Actually I just rang Open24 and was told the ATM cards cannot be used abroad you need Visa or Laser


----------



## extopia (2 Dec 2005)

My laser card and ATM card are the same card.


----------



## Diddles (2 Dec 2005)

Ive used my laser/atm abroad in machines - no problem.It will have the Cirrus arking on reverse of the card.

D


----------



## kazbah (2 Dec 2005)

I don't have a laser card - I use Visa


----------



## ClubMan (2 Dec 2005)

kazbah said:
			
		

> Actually I just rang Open24 and was told the ATM cards cannot be used abroad you need Visa or Laser


If you have [broken link removed] then you can use them abroad.


----------



## kazbah (2 Dec 2005)

ClubMan said:
			
		

> If you have [broken link removed] then you can use them abroad.


 
According to open24 ATM cards (without laser which is what I have) are not usuable abroad there is no cirrus, maestro, plus etc on it


----------



## DrMoriarty (2 Dec 2005)

Or [broken link removed]


----------



## kazbah (2 Dec 2005)

Nope ......


----------



## ClubMan (2 Dec 2005)

Or _Plus+_ but _PTSB _only do _Cirrus _as far as I know and that's what this thread is about.


----------



## ClubMan (2 Dec 2005)

kazbah said:
			
		

> According to open24 ATM cards (without laser which is what I have) are not usuable abroad there is no cirrus, maestro, plus etc on it


Yes - that's correct.
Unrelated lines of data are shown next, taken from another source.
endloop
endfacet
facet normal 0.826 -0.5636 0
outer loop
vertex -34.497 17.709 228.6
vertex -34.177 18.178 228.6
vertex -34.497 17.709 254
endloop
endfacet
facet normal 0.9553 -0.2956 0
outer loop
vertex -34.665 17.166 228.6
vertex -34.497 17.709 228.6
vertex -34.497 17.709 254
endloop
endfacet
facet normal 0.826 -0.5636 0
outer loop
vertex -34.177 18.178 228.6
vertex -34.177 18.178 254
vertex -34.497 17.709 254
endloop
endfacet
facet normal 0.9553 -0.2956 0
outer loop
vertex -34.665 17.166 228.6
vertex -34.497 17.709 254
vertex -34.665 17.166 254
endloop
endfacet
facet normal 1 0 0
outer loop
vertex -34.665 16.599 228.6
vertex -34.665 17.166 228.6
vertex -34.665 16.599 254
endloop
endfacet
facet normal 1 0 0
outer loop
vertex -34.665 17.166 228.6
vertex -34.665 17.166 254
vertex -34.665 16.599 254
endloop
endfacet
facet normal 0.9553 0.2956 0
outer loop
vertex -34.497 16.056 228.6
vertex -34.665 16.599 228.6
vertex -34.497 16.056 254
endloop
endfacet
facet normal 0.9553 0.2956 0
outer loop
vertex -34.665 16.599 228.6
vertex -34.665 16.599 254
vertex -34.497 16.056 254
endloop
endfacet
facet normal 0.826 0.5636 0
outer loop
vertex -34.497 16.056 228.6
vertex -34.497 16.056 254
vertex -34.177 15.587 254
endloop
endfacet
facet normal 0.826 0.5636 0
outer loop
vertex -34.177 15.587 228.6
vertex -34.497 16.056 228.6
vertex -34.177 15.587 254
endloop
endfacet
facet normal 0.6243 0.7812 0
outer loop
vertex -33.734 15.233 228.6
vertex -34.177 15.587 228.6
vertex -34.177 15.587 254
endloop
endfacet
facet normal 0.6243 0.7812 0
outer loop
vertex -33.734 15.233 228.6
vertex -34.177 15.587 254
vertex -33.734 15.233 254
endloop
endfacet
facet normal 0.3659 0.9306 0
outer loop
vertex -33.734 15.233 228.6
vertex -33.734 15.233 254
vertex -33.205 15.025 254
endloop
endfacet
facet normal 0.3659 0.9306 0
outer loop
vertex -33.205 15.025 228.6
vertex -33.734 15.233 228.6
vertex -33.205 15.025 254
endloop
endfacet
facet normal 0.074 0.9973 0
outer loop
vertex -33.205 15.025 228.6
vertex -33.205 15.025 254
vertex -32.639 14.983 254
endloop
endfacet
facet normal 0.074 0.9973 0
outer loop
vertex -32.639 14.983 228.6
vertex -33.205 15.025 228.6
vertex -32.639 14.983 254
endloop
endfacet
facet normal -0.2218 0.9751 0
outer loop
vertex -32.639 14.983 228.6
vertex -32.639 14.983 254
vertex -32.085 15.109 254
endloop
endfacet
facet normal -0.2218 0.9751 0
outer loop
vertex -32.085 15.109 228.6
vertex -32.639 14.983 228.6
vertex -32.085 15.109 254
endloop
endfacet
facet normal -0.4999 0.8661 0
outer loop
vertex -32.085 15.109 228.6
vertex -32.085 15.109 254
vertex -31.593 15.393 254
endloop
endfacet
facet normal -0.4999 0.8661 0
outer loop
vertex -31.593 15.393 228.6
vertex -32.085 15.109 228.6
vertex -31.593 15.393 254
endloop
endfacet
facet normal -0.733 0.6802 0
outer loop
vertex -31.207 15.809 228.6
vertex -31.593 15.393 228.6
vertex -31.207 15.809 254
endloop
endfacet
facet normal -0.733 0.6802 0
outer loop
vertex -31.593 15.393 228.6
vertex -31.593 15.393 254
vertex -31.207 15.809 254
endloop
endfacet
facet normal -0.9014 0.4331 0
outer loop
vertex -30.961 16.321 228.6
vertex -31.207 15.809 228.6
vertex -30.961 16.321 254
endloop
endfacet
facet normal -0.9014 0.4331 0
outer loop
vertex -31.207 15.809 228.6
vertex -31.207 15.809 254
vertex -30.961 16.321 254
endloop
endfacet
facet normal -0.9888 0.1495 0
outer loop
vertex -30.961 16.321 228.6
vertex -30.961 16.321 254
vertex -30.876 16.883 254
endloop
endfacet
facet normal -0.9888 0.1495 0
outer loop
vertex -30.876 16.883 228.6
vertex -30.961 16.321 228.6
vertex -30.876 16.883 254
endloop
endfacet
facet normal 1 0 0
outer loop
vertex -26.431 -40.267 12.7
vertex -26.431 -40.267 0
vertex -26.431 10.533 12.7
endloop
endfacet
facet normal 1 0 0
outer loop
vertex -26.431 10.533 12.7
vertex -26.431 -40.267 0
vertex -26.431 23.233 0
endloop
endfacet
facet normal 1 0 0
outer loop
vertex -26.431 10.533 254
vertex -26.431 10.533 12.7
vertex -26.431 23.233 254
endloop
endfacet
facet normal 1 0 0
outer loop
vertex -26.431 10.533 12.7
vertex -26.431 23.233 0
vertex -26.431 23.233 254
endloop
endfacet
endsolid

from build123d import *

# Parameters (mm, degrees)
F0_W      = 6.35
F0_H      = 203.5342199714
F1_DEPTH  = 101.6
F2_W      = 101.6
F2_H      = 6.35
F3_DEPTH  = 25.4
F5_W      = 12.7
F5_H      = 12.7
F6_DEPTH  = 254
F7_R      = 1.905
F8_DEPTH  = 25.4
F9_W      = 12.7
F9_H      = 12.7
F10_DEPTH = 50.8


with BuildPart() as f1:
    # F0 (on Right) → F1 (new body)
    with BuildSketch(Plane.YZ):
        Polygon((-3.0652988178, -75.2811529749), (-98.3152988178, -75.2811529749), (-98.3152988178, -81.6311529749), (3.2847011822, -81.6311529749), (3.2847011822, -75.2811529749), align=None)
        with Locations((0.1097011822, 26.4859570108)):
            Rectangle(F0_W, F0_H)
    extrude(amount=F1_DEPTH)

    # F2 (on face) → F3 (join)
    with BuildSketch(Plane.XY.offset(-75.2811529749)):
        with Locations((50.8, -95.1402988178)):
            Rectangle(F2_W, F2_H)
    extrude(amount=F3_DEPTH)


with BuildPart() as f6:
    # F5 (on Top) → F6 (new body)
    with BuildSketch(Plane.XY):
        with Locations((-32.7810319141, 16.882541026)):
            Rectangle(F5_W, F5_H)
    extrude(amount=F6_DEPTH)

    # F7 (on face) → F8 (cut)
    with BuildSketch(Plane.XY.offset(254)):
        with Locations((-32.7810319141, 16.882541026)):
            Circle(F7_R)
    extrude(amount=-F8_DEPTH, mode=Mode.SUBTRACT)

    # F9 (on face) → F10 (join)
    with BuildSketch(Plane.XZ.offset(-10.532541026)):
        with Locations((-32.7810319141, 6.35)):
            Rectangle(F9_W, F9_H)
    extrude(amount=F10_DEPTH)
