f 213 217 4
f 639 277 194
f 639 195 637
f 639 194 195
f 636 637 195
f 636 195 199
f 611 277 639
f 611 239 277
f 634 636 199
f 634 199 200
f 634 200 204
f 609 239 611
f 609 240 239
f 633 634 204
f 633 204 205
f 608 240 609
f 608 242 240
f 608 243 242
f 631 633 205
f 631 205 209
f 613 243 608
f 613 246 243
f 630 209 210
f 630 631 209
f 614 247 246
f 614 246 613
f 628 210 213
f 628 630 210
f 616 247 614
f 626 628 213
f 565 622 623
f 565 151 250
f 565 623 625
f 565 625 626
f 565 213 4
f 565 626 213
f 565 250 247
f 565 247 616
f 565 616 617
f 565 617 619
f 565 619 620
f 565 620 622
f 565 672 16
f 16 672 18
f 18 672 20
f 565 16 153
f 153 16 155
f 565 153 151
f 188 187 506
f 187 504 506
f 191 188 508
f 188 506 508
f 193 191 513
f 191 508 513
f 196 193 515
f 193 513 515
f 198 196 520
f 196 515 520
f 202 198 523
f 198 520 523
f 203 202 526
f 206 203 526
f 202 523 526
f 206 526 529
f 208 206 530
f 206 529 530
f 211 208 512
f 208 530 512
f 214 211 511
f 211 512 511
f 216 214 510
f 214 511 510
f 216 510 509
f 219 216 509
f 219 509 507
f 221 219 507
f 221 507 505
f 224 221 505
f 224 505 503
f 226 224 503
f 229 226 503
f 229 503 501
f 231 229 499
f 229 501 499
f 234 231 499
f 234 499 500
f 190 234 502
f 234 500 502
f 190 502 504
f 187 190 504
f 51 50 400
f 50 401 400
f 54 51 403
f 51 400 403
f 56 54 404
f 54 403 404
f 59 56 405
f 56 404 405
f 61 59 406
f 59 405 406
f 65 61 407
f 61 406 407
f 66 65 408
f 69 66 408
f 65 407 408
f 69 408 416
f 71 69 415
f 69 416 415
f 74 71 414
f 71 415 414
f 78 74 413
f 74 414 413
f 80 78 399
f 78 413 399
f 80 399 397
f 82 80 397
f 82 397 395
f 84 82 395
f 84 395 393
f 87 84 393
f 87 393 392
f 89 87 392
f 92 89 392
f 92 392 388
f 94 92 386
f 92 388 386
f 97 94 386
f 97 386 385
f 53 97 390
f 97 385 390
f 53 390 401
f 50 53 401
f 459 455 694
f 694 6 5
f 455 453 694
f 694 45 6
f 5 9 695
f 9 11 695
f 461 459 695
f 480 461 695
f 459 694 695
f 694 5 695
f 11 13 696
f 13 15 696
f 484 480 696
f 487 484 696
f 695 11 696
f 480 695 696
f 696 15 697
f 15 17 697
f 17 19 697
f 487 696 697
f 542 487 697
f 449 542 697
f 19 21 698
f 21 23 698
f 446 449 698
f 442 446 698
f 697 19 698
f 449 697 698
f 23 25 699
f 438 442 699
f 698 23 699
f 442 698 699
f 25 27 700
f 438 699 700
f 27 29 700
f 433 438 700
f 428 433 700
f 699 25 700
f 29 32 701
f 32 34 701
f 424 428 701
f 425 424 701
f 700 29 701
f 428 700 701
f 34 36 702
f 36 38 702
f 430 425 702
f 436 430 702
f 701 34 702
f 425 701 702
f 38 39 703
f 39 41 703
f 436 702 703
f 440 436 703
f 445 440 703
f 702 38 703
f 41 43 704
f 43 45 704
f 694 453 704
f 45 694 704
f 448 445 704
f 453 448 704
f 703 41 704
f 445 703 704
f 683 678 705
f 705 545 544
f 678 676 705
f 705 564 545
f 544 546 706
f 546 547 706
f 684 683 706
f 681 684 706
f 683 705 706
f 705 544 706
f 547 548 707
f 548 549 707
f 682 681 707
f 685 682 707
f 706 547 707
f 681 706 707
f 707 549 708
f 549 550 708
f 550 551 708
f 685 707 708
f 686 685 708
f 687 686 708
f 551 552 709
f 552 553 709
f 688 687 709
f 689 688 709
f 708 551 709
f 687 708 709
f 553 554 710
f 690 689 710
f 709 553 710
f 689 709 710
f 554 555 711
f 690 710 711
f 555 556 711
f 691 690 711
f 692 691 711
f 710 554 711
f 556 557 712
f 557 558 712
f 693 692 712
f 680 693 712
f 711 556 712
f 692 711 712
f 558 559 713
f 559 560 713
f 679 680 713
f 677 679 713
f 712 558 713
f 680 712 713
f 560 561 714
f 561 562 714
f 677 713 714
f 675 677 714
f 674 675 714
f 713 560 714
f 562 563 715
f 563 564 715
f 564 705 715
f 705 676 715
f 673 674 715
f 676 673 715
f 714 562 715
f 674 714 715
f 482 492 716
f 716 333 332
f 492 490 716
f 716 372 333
Note that _Laser _is useless abroad too. It's the _Cirrus/Plus+/Maestro _that matters. Why not just apply for _Cirrus _on your card if you need it?


----------



## kazbah (2 Dec 2005)

ClubMan said:
			
		

> Yes - that's correct. Note that _Laser _is useless abroad too. It's the _Cirrus/Plus+/Maestro _that matters. Why not just apply for _Cirrus _on your card if you need it?


 
they don't do it - only on laser cards - so I will stick to withdrawing off Visa abroad.  If you lodge money to your account first you will avoid cash advance fees.  I'm not paying for a laser card I don't need just for this facility...


----------



## ClubMan (2 Dec 2005)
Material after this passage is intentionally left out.